The Bush administration has proposed an "Iraqi-led" tribunal. It sounds wonderful in theory: Why not entrust the Iraqi people with pursuing the crimes committed against them?

In practice, though, Washington proposes to handpick the Iraqis from among its closest exile and opposition friends. This threatens to aggravate political tensions and undermine the rule of law. Only an internationally-led tribunal will have the independence, credibility, and legitimacy needed to see justice done.

At stake are not Iraq's alleged crimes against U.S. forces, such as executing prisoners of war or attacking troops while pretending to surrender. If the Pentagon can provide evidence of these crimes, no one would quarrel with its right to prosecute the perpetrators on its own.

But these offences pale in comparison with the atrocities that Saddam Hussein and his government committed against the Iraqi people: the so-called Anfal genocide of 1988 in which some 100,000 Kurdish men and boys were rounded up and executed, and entire Kurdish villages assaulted with chemical weapons; the suppression of the 1991 uprisings in the largely Kurdish north and Shia south; and the suppression of the Marsh Arabs in the mid-1990s.

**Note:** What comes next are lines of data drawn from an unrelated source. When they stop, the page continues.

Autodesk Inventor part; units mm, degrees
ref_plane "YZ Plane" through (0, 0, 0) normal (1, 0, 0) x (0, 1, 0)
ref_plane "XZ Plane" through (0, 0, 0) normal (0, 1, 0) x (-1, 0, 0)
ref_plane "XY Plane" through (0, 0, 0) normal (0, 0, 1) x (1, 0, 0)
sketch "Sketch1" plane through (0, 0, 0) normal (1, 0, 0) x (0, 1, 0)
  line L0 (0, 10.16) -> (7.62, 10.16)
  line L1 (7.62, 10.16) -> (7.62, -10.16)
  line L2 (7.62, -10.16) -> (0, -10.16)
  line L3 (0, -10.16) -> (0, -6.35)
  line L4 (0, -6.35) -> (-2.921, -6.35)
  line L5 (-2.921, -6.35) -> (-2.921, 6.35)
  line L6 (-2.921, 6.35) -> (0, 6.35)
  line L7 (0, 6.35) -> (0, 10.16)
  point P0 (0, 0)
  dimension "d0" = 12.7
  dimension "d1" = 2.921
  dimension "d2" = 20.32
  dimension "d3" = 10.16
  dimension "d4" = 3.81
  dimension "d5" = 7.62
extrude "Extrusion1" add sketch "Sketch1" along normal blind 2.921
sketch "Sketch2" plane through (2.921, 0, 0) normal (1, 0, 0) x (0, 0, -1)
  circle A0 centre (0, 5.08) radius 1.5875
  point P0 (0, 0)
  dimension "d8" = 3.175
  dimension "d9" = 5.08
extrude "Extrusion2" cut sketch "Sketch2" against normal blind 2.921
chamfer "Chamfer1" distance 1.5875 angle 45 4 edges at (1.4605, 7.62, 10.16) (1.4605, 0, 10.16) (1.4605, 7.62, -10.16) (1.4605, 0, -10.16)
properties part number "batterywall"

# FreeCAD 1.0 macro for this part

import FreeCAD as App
import Part
import Sketcher

V = App.Vector
Q = App.Units.Quantity


def edges_at(feature, points):
    """Names of the edges that pass closest to the given points."""
    edges = feature.Shape.Edges
    near = lambda p: min(range(len(edges)), key=lambda i: edges[i].distToShape(Part.Vertex(*p))[0])
    return sorted({f"Edge{near(p) + 1}" for p in points})

doc = App.newDocument("Part")
body = doc.addObject("PartDesign::Body", "Body")

sketch1 = body.newObject("Sketcher::SketchObject", "Sketch")
sketch1.AttachmentSupport = (doc.getObject("YZ_Plane"), [""])
sketch1.MapMode = "FlatFace"
sketch1.addGeometry([
    Part.LineSegment(V(7.62, 10.16, 0), V(0, 10.16, 0)),
    Part.LineSegment(V(0, 10.16, 0), V(0, 6.35, 0)),
    Part.LineSegment(V(0, 6.35, 0), V(-2.921, 6.35, 0)),
    Part.LineSegment(V(-2.921, 6.35, 0), V(-2.921, -6.35, 0)),
    Part.LineSegment(V(-2.921, -6.35, 0), V(0, -6.35, 0)),
    Part.LineSegment(V(0, -6.35, 0), V(0, -10.16, 0)),
    Part.LineSegment(V(0, -10.16, 0), V(7.62, -10.16, 0)),
    Part.LineSegment(V(7.62, -10.16, 0), V(7.62, 10.16, 0)),
], False)
sketch1.addConstraint([
    Sketcher.Constraint("Coincident", 0, 2, 1, 1),
    Sketcher.Constraint("Coincident", 1, 2, 2, 1),
    Sketcher.Constraint("Coincident", 2, 2, 3, 1),
    Sketcher.Constraint("Coincident", 3, 2, 4, 1),
    Sketcher.Constraint("Coincident", 4, 2, 5, 1),
    Sketcher.Constraint("Coincident", 5, 2, 6, 1),
    Sketcher.Constraint("Coincident", 6, 2, 7, 1),
    Sketcher.Constraint("Coincident", 7, 2, 0, 1),
    Sketcher.Constraint("Horizontal", 0),
    Sketcher.Constraint("Vertical", 1),
    Sketcher.Constraint("Horizontal", 2),
    Sketcher.Constraint("Vertical", 3),
    Sketcher.Constraint("Horizontal", 4),
    Sketcher.Constraint("Vertical", 5),
    Sketcher.Constraint("Horizontal", 6),
    Sketcher.Constraint("Vertical", 7),
    Sketcher.Constraint("Symmetric", 1, 2, 4, 2, -1, 1),
    Sketcher.Constraint("Symmetric", 0, 2, 5, 2, -1),
    Sketcher.Constraint("DistanceX", 0, 2, 0, 1, Q("0.3 in")),
    Sketcher.Constraint("DistanceY", 3, 2, 3, 1, Q("0.5 in")),
    Sketcher.Constraint("DistanceY", 7, 1, 7, 2, Q("0.8 in")),
    Sketcher.Constraint("DistanceX", 2, 2, 2, 1, Q("0.115 in")),
])
pad1 = body.newObject("PartDesign::Pad", "Pad")
pad1.Profile = sketch1
pad1.Length = Q("0.115 in")

sketch2 = body.newObject("Sketcher::SketchObject", "Sketch001")
sketch2.AttachmentSupport = (doc.getObject("YZ_Plane"), [""])
sketch2.MapMode = "FlatFace"
sketch2.AttachmentOffset = App.Placement(V(0, 0, 0.115 * 25.4), App.Rotation())
sketch2.addGeometry(Part.Circle(V(5.08, 0, 0), V(0, 0, 1), 1.5875), False)
sketch2.addConstraint([
    Sketcher.Constraint("PointOnObject", 0, 3, -1),
    Sketcher.Constraint("Diameter", 0, Q("0.125 in")),
    Sketcher.Constraint("DistanceX", -1, 1, 0, 3, Q("0.2 in")),
])
pocket1 = body.newObject("PartDesign::Pocket", "Pocket")
pocket1.Profile = sketch2
pocket1.Length = Q("0.115 in")
doc.recompute()

chamfer = body.newObject("PartDesign::Chamfer", "Chamfer")
chamfer.Base = (pocket1, edges_at(pocket1, [
    (1.46, 7.62, 10.16),
    (1.46, 0, 10.16),
    (1.46, 7.62, -10.16),
    (1.46, 0, -10.16),
]))
chamfer.Size = Q("0.0625 in")

doc.recompute()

In an ideal world, one would hand the prosecution of these atrocities to Iraqi judges and prosecutors. But there are only two potential sources of Iraqi jurists, and neither is promising. The first, judges and prosecutors who populated Saddam Hussein's brutal and arbitrary justice system, is hardly a source of independent, fair-minded professionals. The second comprises Iraqi jurists in exile, as well as Iraqis from communities historically repressed by the Baath Party who remained in the country. It will be an uphill battle for these people to show they are not so consumed by hatred of the former dictatorship they won't simply assume the guilt of the accused. Moreover, Washington's designees would likely be seen as puppets of Washington, rather than independent dispensers of justice.

A more prudent route would be to find an internationally-led justice process, modeled after the international tribunals set up for Rwanda and former Yugoslavia, perhaps in streamlined form. To facilitate Iraqi involvement, one could emulate the special court for Sierra Leone, which is dominated by international judges but has significant involvement of local jurists. To decide on which format, and to begin preserving and assembling evidence, the United Nations could establish an international commission of inquiry.

An internationally-run court is far more likely than an Iraqi-led tribunal to be seen as a step toward the rule of law rather than a continuation of arbitrary violence. This is essential in a country where, after decades of brutal dictatorship, there is an enormous temptation to summary score-settling. So why does the Bush administration press for a tribunal led by hand-picked Iraqis?

First, Washington wants to control the scope of the inquiry to prevent examination of U.S. conduct in Iraq. The Pentagon seems to have gone to great pains to avoid civilian casualties in most cases, but certain of its actions have been controversial under the laws of war, such as the use of cluster bombs, the targeting of civilian morale, and the way in which it has used lethal force in urban areas. The last thing the Pentagon wants is for an independent tribunal to examine its behaviour.

Second, the Bush administration wants to apply the death penalty in Iraq. Most democracies have abolished capital punishment, and international tribunals don't permit it. But Washington doesn't want to be denied the option.

Finally, and perhaps most important, the Bush administration and the Pentagon detest international justice. Their ideological antipathy toward the International Criminal Court (out of fear that it might focus on an American) has led to its presumptive dislike of any international tribunal.

None of these reasons speak to the needs of the Iraqi people, who deserve a fair accounting of the many cruelties they have endured, a credible process for bringing those responsible to justice, and a positive precedent for building the rule of law in their lawless state. An internationally-led judicial process is the Iraqi people's best bet for a more lawful and just future.